I was listening to a podcast about an Open Source group that is trying to build free services for improving the connectivity within cities at little or no cost. So I've posted a comment to the DIYCity.org site, and I thought I would copy that post here.In this time of tightening belts, offering each other services outside of the normal range of commerce can allow individuals and small groups to prosper while spending less. So what if the ridesharing goes beyond people only?
I imagine needing to get a book/lamp/banner to a friend/colleague some distance away, but preferring to use something more appropriate/locally efficient/cheaper than UPS/FedEx/Post Office. Maybe I could look up a driver going to that location, and offer some gas money/bartered goods/bartered services for taking my object to its destination.
Apparently, a delivery ridesharing scheme already works amongst some grocery vendors, saving delivery costs when Brand A bread is going to the same place as Brand B coffee. As with that case, ridesharing for packages might require some small groups that limit membership so they can better collaborate and coordinate amongst themselves. But I expect the majority of traffic would come from one-by-one arrangements.

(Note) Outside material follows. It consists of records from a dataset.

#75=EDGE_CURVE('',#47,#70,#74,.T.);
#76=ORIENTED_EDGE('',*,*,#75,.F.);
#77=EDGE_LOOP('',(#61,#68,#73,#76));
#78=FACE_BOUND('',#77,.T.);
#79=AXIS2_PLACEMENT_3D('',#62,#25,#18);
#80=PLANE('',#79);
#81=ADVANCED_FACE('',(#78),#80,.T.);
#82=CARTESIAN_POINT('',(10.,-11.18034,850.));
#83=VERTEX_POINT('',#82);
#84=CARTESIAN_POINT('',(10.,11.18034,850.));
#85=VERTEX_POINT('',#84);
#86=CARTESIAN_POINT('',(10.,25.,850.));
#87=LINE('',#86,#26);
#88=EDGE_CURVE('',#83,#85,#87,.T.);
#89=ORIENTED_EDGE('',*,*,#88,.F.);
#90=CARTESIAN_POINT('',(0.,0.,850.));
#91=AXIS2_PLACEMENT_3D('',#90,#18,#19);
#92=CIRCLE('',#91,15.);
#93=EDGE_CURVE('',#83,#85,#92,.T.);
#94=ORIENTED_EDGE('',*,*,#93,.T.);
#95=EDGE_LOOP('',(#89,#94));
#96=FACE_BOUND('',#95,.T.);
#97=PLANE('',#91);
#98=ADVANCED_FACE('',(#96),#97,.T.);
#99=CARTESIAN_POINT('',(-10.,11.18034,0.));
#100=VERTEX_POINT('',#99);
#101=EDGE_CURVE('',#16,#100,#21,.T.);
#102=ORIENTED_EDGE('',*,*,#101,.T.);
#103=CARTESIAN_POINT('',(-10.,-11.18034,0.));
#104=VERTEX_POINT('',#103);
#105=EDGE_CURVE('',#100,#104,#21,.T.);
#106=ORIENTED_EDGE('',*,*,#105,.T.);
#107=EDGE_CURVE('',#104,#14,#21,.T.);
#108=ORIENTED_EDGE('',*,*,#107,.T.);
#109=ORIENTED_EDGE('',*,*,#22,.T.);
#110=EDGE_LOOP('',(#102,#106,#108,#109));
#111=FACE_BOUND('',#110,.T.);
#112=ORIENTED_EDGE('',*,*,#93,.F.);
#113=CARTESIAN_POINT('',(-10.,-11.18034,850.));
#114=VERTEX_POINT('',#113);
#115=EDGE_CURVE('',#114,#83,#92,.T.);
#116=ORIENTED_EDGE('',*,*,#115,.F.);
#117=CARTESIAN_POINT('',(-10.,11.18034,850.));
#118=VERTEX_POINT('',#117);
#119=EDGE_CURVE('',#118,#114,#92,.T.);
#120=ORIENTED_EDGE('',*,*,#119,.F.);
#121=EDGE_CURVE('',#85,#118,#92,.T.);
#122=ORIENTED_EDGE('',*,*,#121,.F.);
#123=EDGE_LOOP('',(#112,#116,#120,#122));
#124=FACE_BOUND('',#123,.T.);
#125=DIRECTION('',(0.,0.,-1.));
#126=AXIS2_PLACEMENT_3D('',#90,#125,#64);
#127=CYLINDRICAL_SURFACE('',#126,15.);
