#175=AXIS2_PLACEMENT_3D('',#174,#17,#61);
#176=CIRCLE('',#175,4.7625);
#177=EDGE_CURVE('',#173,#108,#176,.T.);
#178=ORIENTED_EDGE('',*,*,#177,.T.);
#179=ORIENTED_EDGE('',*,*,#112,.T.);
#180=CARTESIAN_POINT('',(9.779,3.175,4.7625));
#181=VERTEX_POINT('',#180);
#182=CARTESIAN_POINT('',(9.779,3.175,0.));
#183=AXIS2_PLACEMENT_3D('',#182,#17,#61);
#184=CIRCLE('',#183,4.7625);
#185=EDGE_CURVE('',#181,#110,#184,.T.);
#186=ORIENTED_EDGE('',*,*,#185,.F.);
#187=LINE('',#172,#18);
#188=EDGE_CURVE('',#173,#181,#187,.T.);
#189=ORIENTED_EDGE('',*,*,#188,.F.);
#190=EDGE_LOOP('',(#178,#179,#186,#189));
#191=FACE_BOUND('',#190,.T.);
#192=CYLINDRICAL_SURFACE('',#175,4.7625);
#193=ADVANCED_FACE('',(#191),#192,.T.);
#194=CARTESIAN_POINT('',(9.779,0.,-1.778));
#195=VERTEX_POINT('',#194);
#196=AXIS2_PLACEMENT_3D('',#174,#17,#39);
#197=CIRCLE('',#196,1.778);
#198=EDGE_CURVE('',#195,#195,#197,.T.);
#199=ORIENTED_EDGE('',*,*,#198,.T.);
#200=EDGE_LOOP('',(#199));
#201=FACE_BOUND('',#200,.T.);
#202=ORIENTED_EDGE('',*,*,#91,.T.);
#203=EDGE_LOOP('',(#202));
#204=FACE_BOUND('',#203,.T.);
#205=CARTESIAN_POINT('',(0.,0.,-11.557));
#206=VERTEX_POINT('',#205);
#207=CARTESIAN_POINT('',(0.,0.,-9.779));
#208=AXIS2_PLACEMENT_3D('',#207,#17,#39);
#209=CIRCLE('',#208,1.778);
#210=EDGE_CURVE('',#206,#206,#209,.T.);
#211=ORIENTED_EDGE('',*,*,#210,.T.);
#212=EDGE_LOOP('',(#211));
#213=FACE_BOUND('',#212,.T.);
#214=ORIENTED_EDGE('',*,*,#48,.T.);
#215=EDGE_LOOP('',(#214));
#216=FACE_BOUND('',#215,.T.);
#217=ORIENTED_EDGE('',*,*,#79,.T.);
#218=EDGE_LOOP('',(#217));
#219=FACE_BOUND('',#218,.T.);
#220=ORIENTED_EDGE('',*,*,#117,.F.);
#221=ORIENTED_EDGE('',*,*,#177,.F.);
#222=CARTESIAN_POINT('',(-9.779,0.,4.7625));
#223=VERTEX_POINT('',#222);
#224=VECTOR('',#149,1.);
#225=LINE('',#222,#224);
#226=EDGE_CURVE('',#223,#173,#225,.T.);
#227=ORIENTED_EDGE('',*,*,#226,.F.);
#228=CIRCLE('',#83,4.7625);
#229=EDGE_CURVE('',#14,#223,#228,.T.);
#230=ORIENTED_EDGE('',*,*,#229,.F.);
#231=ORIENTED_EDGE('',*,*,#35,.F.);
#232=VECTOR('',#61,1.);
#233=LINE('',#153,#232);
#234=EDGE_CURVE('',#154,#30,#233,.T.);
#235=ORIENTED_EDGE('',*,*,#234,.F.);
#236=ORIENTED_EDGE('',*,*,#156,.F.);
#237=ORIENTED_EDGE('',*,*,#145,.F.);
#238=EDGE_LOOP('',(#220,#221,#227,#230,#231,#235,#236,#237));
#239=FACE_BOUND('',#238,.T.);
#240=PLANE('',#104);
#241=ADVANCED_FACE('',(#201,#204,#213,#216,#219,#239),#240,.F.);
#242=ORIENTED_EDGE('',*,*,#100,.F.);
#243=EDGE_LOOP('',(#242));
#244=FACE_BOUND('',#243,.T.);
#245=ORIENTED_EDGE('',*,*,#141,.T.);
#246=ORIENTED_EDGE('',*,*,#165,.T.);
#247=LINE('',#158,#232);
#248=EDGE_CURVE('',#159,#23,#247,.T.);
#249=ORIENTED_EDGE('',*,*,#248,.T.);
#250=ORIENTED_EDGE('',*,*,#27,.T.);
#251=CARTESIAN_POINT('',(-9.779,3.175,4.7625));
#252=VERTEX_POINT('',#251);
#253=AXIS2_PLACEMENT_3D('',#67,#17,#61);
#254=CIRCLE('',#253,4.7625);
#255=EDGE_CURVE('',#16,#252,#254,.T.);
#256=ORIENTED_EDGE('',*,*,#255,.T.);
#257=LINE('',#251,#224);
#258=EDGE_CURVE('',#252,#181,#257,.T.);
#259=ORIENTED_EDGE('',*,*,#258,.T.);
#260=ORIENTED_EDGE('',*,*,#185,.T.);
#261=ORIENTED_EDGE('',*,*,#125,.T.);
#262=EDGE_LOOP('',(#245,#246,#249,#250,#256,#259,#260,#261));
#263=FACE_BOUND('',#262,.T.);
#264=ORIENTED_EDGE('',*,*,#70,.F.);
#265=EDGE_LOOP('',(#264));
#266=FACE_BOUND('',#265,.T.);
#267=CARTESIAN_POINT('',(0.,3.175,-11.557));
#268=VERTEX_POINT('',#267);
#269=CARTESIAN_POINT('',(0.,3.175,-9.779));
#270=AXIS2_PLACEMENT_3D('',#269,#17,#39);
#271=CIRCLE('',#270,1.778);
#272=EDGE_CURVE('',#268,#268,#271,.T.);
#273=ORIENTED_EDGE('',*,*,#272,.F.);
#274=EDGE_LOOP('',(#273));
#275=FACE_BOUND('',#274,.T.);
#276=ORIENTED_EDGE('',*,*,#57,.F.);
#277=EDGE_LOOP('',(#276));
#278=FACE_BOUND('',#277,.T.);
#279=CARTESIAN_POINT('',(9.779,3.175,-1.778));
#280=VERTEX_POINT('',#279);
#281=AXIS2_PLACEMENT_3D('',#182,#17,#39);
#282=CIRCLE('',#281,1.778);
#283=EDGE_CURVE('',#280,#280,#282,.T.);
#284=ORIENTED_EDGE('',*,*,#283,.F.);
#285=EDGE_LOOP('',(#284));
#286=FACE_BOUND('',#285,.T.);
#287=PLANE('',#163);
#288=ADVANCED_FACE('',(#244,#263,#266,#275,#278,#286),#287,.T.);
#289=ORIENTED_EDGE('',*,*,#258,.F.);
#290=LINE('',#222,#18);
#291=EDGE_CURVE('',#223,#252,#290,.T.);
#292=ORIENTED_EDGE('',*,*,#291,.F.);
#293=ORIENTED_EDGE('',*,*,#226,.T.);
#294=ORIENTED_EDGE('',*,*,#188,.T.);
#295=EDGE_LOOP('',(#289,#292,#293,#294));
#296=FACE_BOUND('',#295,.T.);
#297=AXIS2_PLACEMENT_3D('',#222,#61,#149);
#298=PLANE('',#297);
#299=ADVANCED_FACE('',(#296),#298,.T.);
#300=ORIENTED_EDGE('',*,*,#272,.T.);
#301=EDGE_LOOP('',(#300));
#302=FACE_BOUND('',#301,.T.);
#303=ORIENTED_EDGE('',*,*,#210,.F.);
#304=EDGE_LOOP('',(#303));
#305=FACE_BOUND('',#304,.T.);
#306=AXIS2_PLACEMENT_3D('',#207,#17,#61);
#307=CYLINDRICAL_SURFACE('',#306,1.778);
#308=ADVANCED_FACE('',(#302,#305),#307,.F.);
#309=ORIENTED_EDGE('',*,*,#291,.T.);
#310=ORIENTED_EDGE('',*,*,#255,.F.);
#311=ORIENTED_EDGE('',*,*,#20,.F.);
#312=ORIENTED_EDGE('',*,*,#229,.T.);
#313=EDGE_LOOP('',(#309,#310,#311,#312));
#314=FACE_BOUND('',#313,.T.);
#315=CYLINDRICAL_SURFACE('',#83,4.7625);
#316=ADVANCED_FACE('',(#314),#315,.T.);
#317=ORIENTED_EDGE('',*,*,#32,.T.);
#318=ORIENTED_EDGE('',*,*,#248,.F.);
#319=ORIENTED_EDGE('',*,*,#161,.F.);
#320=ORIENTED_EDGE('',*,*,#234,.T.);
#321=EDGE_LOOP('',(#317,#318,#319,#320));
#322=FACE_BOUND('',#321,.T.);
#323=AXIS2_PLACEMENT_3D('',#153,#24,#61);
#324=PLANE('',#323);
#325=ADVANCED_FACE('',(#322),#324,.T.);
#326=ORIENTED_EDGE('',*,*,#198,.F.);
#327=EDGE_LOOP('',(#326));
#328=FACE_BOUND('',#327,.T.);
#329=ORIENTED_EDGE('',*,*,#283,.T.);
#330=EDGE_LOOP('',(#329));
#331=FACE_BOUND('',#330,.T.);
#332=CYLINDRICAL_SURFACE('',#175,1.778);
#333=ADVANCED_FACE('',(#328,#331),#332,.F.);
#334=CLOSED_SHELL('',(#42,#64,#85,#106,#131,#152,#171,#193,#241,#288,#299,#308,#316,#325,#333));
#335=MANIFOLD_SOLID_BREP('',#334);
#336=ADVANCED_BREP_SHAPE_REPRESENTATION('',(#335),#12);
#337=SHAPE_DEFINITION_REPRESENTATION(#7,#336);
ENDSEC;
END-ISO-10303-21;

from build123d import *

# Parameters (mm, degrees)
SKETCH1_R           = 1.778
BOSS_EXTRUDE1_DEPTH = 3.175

Ridesharing for stuff introduces new efficiencies:
- less delivery trucks are needed, reducing traffic and carbon footprint
- trade that would go to national/multinational corporations (UPS/FedEx) stays local
- this would add a neighborly networking social benefit that the standard delivery services don't offer
- with a reduced cost barrier to the movement of goods, exchanges can happen that might not have otherwise, improving a city's efficiency
- drivers can feel better about their personal carbon footprint
- this may be the first way to offer deliveries via electric or hybrid vehicles
- during disasters or movement restrictions from epidemics, this could offer additional robustness to a system for moving goods by remaining more localized
This notion has been nagging at me for a while. Driving a vehicle that doesn't change cargo capacity to fit my needs of the moment had always seemed inefficient. This notion is a step towards an ideal efficiency, made more possible with the increase mobile connectivity and location tracking of today's gadgets.
Of course, there would be some trust issues. These might be partially overcome by:
- establishing a reputation system like eBay's
- posting the pickup and delivery to Twitter (a kind of tracking)
- posting camera phone pics of the exchanges to Flickr (a kind of documentation/advertising)
- keeping the typical value of the objects pretty low (implying less direct competition with the bog corporate services)
I would welcome suggestions, proofs of concept, or criticisms. I might include such a system in a story I've been working on, so I would prefer to make adjustments if the notion is fatally flawed.